Problem requirements >>
Print, exactly as they appear in the listing below, the lines from the line with "CHAMFER001_SIZE = 0.25" to the line with "# Sketch006 (on", with both end lines kept.
#### Records for the task
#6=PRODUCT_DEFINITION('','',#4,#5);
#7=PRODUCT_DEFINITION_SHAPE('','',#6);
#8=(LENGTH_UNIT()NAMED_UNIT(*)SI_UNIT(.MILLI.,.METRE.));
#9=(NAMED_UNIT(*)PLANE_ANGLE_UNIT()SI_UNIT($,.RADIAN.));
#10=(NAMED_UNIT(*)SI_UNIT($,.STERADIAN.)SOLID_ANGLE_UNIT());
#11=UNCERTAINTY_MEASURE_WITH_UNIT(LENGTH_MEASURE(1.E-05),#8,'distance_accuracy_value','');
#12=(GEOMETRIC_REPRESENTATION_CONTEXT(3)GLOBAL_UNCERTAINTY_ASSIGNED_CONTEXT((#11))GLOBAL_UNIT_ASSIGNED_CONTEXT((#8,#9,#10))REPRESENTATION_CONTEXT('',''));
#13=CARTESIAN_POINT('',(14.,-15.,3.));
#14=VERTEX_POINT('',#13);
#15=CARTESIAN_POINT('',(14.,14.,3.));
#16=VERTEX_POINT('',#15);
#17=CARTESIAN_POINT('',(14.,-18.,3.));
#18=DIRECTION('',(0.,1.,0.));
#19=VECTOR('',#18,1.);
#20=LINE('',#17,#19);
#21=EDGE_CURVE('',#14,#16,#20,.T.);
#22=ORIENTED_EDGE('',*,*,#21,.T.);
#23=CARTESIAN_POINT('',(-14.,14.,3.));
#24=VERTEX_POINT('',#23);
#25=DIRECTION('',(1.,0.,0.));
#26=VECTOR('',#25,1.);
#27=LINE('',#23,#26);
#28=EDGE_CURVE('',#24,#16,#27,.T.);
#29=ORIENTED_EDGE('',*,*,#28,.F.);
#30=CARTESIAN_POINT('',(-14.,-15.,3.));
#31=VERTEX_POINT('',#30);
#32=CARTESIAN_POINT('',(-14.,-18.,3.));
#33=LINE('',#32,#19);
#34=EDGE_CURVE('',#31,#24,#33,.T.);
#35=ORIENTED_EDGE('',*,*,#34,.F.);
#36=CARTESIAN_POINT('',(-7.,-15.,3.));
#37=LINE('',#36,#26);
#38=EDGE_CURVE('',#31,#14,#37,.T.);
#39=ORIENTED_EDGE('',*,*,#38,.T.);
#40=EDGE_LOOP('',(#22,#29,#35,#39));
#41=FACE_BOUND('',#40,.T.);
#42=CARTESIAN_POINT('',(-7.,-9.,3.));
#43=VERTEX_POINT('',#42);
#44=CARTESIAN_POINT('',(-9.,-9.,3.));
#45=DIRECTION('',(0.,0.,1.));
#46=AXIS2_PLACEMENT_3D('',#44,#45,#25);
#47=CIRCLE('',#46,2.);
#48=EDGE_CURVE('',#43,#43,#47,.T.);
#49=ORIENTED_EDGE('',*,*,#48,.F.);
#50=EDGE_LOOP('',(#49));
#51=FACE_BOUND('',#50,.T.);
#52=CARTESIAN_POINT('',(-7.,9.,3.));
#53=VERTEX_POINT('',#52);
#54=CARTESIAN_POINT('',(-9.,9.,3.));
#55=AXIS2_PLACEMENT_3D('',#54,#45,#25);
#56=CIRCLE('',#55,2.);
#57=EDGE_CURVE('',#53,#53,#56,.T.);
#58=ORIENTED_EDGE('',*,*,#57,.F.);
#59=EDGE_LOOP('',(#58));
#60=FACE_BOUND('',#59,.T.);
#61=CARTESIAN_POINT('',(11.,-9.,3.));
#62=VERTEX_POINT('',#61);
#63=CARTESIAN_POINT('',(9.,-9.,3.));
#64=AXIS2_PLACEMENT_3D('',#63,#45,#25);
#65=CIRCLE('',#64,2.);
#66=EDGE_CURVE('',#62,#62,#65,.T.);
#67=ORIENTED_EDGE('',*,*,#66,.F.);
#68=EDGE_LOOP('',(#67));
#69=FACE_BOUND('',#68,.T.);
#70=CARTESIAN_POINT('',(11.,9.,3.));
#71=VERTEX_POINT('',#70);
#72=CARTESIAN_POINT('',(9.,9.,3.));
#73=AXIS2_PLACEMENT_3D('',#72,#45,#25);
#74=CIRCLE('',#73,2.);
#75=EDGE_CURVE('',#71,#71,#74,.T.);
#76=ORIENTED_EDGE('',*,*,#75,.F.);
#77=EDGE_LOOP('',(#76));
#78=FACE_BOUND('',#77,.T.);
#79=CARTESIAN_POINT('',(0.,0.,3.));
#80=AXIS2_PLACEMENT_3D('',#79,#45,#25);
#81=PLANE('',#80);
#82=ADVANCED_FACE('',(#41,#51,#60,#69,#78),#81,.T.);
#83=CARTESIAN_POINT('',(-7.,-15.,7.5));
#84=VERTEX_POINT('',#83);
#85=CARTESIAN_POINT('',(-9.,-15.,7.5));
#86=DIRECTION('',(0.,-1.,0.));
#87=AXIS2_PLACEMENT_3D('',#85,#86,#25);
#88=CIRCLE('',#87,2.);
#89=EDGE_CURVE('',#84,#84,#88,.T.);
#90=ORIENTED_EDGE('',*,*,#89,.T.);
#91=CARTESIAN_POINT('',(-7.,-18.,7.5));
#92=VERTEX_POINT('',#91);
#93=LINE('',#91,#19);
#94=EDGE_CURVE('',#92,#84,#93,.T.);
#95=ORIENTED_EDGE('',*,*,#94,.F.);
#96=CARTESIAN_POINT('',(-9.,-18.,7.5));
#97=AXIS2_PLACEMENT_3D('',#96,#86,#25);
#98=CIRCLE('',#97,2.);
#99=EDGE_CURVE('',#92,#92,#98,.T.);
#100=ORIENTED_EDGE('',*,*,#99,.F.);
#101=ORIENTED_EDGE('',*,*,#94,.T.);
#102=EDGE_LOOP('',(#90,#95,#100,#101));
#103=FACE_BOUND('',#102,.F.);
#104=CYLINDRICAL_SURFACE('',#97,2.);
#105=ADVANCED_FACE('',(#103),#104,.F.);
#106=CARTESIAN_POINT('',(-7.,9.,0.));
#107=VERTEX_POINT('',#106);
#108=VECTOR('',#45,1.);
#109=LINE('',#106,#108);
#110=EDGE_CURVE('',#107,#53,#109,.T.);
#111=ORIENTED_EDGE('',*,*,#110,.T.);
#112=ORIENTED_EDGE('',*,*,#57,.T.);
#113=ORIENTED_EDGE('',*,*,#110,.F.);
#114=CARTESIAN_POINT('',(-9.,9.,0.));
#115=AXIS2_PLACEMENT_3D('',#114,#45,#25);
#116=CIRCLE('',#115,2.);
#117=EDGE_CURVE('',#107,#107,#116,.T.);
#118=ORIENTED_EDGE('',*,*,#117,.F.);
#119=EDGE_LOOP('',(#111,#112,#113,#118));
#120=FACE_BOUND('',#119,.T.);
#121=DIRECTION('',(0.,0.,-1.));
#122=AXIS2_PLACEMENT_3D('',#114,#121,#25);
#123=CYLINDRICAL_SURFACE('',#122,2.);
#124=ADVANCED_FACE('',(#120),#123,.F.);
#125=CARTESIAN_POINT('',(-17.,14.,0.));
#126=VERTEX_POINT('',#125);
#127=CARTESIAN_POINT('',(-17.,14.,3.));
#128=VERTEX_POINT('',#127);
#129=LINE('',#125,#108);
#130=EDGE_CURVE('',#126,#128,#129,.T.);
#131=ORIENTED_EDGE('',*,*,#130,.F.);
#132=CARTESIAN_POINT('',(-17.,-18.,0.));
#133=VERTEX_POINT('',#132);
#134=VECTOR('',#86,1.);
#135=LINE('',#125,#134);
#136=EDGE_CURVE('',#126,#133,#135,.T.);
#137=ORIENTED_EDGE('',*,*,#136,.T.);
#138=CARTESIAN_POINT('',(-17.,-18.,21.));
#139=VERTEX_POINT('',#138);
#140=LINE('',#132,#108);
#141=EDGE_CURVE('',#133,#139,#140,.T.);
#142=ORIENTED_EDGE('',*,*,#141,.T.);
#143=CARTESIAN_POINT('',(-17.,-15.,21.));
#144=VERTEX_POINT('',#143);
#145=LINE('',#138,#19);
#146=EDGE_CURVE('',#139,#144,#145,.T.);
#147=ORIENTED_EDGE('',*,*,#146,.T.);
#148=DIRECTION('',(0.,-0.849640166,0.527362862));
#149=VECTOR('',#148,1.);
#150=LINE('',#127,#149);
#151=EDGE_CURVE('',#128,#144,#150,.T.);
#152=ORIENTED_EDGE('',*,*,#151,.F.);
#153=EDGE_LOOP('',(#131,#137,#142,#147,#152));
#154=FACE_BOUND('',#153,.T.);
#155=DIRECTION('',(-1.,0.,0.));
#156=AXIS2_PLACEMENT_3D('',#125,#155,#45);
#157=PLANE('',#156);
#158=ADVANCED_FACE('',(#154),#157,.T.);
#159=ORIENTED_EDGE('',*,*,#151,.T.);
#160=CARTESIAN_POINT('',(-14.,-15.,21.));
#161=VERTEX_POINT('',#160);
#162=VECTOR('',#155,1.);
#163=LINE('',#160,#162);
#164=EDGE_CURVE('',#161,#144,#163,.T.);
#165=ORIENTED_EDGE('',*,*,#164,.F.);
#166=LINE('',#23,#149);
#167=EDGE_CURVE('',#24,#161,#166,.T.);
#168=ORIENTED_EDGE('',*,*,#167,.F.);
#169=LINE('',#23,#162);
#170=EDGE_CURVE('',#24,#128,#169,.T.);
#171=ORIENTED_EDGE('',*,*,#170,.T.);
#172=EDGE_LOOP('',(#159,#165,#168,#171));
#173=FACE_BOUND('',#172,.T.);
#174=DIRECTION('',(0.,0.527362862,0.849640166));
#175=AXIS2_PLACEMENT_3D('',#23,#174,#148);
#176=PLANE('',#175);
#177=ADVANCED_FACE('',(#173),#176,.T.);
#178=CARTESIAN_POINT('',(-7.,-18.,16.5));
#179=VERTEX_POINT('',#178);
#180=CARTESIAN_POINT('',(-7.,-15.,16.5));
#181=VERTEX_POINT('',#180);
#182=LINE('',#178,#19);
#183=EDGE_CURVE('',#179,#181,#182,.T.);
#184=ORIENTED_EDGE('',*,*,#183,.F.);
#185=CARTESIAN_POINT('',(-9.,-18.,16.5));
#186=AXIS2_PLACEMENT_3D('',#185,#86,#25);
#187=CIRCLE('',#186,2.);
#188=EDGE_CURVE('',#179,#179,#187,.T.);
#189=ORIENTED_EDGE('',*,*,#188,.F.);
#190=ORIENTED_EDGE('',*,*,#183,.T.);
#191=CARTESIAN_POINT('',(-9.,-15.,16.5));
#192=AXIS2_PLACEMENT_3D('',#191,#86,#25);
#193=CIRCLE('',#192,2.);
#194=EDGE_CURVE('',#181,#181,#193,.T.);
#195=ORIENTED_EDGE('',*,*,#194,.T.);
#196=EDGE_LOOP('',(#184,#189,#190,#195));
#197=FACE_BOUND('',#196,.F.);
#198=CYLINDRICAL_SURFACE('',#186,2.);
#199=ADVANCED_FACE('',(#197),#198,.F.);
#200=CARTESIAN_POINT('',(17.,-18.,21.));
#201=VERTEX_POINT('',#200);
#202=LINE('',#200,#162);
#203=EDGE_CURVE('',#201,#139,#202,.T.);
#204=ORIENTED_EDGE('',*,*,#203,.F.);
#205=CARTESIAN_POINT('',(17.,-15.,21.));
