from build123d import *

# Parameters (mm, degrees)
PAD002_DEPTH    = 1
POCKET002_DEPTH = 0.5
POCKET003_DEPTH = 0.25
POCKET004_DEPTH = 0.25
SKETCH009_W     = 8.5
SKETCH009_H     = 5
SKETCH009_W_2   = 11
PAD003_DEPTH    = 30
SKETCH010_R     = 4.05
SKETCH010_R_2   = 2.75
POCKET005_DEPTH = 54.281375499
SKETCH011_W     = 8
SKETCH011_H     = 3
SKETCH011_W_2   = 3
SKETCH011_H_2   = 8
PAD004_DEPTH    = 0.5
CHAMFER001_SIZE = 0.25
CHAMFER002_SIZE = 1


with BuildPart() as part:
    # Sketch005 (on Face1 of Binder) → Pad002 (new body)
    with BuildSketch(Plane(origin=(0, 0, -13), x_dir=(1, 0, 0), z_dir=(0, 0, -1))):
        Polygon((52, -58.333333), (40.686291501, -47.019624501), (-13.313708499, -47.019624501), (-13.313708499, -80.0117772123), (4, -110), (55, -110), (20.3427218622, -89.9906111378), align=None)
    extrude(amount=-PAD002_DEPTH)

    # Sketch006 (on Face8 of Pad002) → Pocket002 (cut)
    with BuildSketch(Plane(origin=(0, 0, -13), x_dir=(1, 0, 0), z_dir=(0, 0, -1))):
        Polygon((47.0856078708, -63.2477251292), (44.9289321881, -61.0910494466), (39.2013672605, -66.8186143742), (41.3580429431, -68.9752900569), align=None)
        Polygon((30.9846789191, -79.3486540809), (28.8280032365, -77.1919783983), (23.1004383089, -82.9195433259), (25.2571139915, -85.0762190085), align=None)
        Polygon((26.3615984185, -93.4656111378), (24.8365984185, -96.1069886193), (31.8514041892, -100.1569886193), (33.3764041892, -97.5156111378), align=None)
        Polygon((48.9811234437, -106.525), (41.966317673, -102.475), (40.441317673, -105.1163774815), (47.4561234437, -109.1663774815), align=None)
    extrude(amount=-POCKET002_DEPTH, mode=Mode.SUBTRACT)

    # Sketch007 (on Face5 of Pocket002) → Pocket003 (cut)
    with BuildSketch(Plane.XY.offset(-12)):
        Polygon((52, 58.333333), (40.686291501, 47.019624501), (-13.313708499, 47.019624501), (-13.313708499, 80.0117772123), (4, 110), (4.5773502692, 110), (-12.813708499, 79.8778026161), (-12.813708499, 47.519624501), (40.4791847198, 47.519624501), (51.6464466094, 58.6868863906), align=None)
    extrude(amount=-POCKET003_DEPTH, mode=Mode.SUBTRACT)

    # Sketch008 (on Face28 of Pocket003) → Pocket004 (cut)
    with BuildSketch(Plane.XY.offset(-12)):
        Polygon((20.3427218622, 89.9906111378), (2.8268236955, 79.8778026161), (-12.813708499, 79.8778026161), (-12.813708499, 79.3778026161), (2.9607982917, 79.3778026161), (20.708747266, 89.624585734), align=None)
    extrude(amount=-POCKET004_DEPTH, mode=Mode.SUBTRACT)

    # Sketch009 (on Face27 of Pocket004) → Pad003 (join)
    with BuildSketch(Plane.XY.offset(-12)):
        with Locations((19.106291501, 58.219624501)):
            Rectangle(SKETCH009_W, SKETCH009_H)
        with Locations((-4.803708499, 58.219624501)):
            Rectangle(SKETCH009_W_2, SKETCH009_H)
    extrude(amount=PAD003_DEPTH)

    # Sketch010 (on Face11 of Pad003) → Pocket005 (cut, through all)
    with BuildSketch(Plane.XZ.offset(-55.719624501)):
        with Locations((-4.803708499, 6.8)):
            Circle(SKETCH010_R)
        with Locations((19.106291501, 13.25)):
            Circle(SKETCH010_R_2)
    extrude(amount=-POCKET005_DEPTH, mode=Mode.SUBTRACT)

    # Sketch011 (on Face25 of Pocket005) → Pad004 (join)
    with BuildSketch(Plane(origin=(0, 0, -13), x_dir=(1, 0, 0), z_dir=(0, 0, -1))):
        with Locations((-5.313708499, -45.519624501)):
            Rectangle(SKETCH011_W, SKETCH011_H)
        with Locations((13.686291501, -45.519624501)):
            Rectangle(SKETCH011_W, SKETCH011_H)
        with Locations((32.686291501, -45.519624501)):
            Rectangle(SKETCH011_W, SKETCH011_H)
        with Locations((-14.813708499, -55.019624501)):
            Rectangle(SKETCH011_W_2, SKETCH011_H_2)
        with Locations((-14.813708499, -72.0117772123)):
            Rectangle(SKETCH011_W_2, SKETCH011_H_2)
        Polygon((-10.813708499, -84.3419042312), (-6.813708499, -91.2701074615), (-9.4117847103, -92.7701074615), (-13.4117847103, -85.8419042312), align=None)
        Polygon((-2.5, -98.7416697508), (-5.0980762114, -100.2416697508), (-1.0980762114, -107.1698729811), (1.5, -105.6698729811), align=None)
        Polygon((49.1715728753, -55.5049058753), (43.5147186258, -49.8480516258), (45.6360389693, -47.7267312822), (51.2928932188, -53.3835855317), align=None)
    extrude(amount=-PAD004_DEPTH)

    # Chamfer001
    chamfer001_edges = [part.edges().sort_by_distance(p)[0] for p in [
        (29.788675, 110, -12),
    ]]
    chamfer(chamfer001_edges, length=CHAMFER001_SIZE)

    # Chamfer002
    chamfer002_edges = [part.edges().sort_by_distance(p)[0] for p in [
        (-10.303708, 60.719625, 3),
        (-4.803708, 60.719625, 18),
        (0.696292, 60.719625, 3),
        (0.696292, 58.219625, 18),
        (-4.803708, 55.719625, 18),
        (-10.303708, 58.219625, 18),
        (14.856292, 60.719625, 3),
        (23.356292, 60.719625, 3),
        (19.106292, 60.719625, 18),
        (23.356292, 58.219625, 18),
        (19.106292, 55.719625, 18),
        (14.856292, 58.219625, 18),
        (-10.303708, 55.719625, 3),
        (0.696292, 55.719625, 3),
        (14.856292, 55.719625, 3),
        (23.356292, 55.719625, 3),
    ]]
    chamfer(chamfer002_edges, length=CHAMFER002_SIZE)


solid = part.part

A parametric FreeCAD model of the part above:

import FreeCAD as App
import Part
import Sketcher

V = App.Vector
Q = App.Units.Quantity


def edges_at(feature, points):
    """Names of the edges that pass closest to the given points."""
    edges = feature.Shape.Edges
    near = lambda p: min(range(len(edges)), key=lambda i: edges[i].distToShape(Part.Vertex(*p))[0])
    return sorted({f"Edge{near(p) + 1}" for p in points})


def add_polygon(sketch, points):
    """Adds a closed chain of lines whose ends are joined by coincident constraints."""
    first, n = sketch.GeometryCount, len(points)
    for a, b in zip(points, points[1:] + points[:1]):
        sketch.addGeometry(Part.LineSegment(App.Vector(*a, 0), App.Vector(*b, 0)), False)
    for i in range(n):
        sketch.addConstraint(Sketcher.Constraint("Coincident", first + i, 2, first + (i + 1) % n, 1))

doc = App.newDocument("Part")
params = doc.addObject("Spreadsheet::Sheet", "Params")
for row, (alias, value) in enumerate([
    ("sketch1_width", "54 mm"),
    ("sketch1_width2", "51 mm"),
    ("sketch1_length", "16 mm"),
    ("pad1_length", "1 mm"),
    ("sketch2_length", "8.1 mm"),
    ("sketch2_length2", "3.05 mm"),
    ("pocket1_length", "0.5 mm"),
    ("sketch3_width", "54 mm"),
    ("sketch3_length", "16 mm"),
    ("sketch3_length2", "0.5 mm"),
    ("pocket2_length", "0.25 mm"),
    ("sketch4_height", "0.5 mm"),
    ("pocket3_length", "0.25 mm"),
    ("sketch5_width", "11 mm"),
    ("sketch5_height", "5 mm"),
    ("sketch5_width2", "8.5 mm"),
    ("pad2_length", "30 mm"),
    ("sketch6_diameter", "8.1 mm"),
    ("sketch6_diameter2", "5.5 mm"),
    ("sketch7_width", "8 mm"),
    ("sketch7_width2", "3 mm"),
    ("sketch7_length", "8 mm"),
    ("sketch7_length2", "3 mm"),
    ("pad3_length", "0.5 mm"),
    ("chamfer_size", "0.25 mm"),
    ("chamfer2_size", "1 mm"),
], start=1):
    params.set(f"A{row}", alias)
    params.set(f"B{row}", "=" + value)
    params.setAlias(f"B{row}", alias)

body = doc.addObject("PartDesign::Body", "Body")

sketch1 = body.newObject("Sketcher::SketchObject", "Sketch")
sketch1.AttachmentSupport = (doc.getObject("XY_Plane"), [""])
sketch1.MapMode = "FlatFace"
sketch1.AttachmentOffset = App.Placement(V(0, 0, -13), App.Rotation())
add_polygon(sketch1, [(52, 58), (41, 47), (-13, 47), (-13, 80), (4, 110), (55, 110), (20, 90)])
sketch1.addConstraint([
    Sketcher.Constraint("Horizontal", 1),
    Sketcher.Constraint("Vertical", 2),
    Sketcher.Constraint("Horizontal", 4),
    Sketcher.Constraint("Perpendicular", 0, 6),
    Sketcher.Constraint("DistanceX", 1, 2, 1, 1, 54.0),
    Sketcher.Constraint("DistanceX", 4, 1, 4, 2, 51.0),
    Sketcher.Constraint("Angle", 0, Q("-135 deg")),
    Sketcher.Constraint("Angle", 3, Q("60 deg")),
    Sketcher.Constraint("Angle", 5, Q("-150 deg")),
    Sketcher.Constraint("Distance", 0, 16.0),
    Sketcher.Constraint("DistanceX", -1, 1, 3, 2, 4.0),
    Sketcher.Constraint("DistanceY", -1, 1, 3, 2, 110.0),
    Sketcher.Constraint("DistanceX", -1, 1, 6, 2, 52.0),
    Sketcher.Constraint("DistanceY", 2, 1, 2, 2, 32.992153),
])
sketch1.setExpression("Constraints[11]", "Params.sketch1_width")
sketch1.setExpression("Constraints[12]", "Params.sketch1_width2")
sketch1.setExpression("Constraints[16]", "Params.sketch1_length")
pad1 = body.newObject("PartDesign::Pad", "Pad")
pad1.Profile = sketch1
pad1.setExpression("Length", "Params.pad1_length")

sketch2 = body.newObject("Sketcher::SketchObject", "Sketch001")
sketch2.AttachmentSupport = (doc.getObject("XY_Plane"), [""])
sketch2.MapMode = "FlatFace"
sketch2.AttachmentOffset = App.Placement(V(0, 0, -13), App.Rotation())
add_polygon(sketch2, [(47.1, 63.2), (44.9, 61.1), (39.2, 66.8), (41.4, 69)])
add_polygon(sketch2, [(31, 79.3), (28.8, 77.2), (23.1, 82.9), (25.3, 85.1)])
add_polygon(sketch2, [(26.4, 93.5), (24.8, 96.1), (31.9, 100.2), (33.4, 97.5)])
add_polygon(sketch2, [(49, 106.5), (42, 102.5), (40.4, 105.1), (47.5, 109.2)])
sketch2.addConstraint([
    Sketcher.Constraint("Perpendicular", 0, 1),
    Sketcher.Constraint("Perpendicular", 1, 2),
    Sketcher.Constraint("Perpendicular", 2, 3),
    Sketcher.Constraint("Perpendicular", 3, 4),
    Sketcher.Constraint("Perpendicular", 4, 5),
    Sketcher.Constraint("Perpendicular", 5, 6),
    Sketcher.Constraint("Perpendicular", 6, 7),
    Sketcher.Constraint("Perpendicular", 8, 9),
    Sketcher.Constraint("Perpendicular", 9, 10),
    Sketcher.Constraint("Perpendicular", 10, 11),
    Sketcher.Constraint("Parallel", 11, 12),
    Sketcher.Constraint("Perpendicular", 12, 13),
    Sketcher.Constraint("Perpendicular", 13, 14),
    Sketcher.Constraint("Perpendicular", 14, 15),
    Sketcher.Constraint("Equal", 2, 4),
    Sketcher.Constraint("Equal", 3, 5),
    Sketcher.Constraint("Equal", 6, 8),
    Sketcher.Constraint("Equal", 7, 9),
    Sketcher.Constraint("Equal", 11, 12),
    Sketcher.Constraint("Equal", 10, 13),
    Sketcher.Constraint("Angle", 0, Q("-135 deg")),
    Sketcher.Constraint("Angle", 8, Q("120 deg")),
    Sketcher.Constraint("Distance", 1, 8.1),
    Sketcher.Constraint("Distance", 0, 3.05),
    Sketcher.Constraint("DistanceY", -1, 1, 12, 2, 102.475),
    Sketcher.Constraint("DistanceX", -1, 1, 8, 2, 24.836598),
    Sketcher.Constraint("DistanceY", 2, 2, 8, 2, 27.131699),
    Sketcher.Constraint("DistanceX", 4, 2, 9, 2, 3.023401),
    Sketcher.Constraint("DistanceY", -1, 1, 0, 2, 61.091049),
    Sketcher.Constraint("DistanceY", -1, 1, 4, 2, 77.191978),
    Sketcher.Constraint("DistanceX", 4, 2, 2, 2, 12.53004),
    Sketcher.Constraint("DistanceX", 11, 2, 12, 2, 15.604719),
])
sketch2.setExpression("Constraints[38]", "Params.sketch2_length")
sketch2.setExpression("Constraints[39]", "Params.sketch2_length2")
pocket1 = body.newObject("PartDesign::Pocket", "Pocket")
pocket1.Profile = sketch2
pocket1.setExpression("Length", "Params.pocket1_length")
pocket1.Reversed = True

sketch3 = body.newObject("Sketcher::SketchObject", "Sketch002")
sketch3.AttachmentSupport = (doc.getObject("XY_Plane"), [""])
sketch3.MapMode = "FlatFace"
sketch3.AttachmentOffset = App.Placement(V(0, 0, -12), App.Rotation())
add_polygon(sketch3, [(40.7, 47), (52, 58.3), (51.6, 58.7), (40.5, 47.5), (-12.8, 47.5), (-12.8, 79.9), (4.6, 110), (4, 110), (-13.3, 80), (-13.3, 47)])
sketch3.addConstraint([
    Sketcher.Constraint("Horizontal", 3),
    Sketcher.Constraint("Vertical", 4),
    Sketcher.Constraint("Horizontal", 6),
    Sketcher.Constraint("Vertical", 8),
    Sketcher.Constraint("Horizontal", 9),
    Sketcher.Constraint("Perpendicular", 0, 1),
    Sketcher.Constraint("Perpendicular", 1, 2),
    Sketcher.Constraint("Parallel", 5, 7),
    Sketcher.Constraint("DistanceX", 9, 1, 9, 2, 54.0),
    Sketcher.Constraint("Angle", 0, Q("45 deg")),
    Sketcher.Constraint("Angle", 5, Q("60 deg")),
    Sketcher.Constraint("Distance", 0, 16.0),
    Sketcher.Constraint("DistanceX", -1, 1, 0, 2, 52.0),
    Sketcher.Constraint("DistanceY", -1, 1, 5, 2, 110.0),
    Sketcher.Constraint("DistanceX", -1, 1, 6, 2, 4.0),
    Sketcher.Constraint("Distance", 1, 0.5),
    Sketcher.Constraint("DistanceX", 7, 2, 4, 2, 0.5),
    Sketcher.Constraint("DistanceY", 8, 2, 3, 2, 0.5),
    Sketcher.Constraint("DistanceX", 6, 2, 6, 1, 0.57735),
    Sketcher.Constraint("DistanceY", 4, 1, 4, 2, 32.358178),
])
sketch3.setExpression("Constraints[18]", "Params.sketch3_width")
sketch3.setExpression("Constraints[21]", "Params.sketch3_length")
sketch3.setExpression("Constraints[25]", "Params.sketch3_length2")
pocket2 = body.newObject("PartDesign::Pocket", "Pocket001")
pocket2.Profile = sketch3
pocket2.setExpression("Length", "Params.pocket2_length")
########
Answer section >>
CHAMFER001_SIZE = 0.25
CHAMFER002_SIZE = 1


with BuildPart() as part:
    # Sketch005 (on Face1 of Binder) → Pad002 (new body)
    with BuildSketch(Plane(origin=(0, 0, -13), x_dir=(1, 0, 0), z_dir=(0, 0, -1))):
        Polygon((52, -58.333333), (40.686291501, -47.019624501), (-13.313708499, -47.019624501), (-13.313708499, -80.0117772123), (4, -110), (55, -110), (20.3427218622, -89.9906111378), align=None)
    extrude(amount=-PAD002_DEPTH)

    # Sketch006 (on Face8 of Pad002) → Pocket002 (cut)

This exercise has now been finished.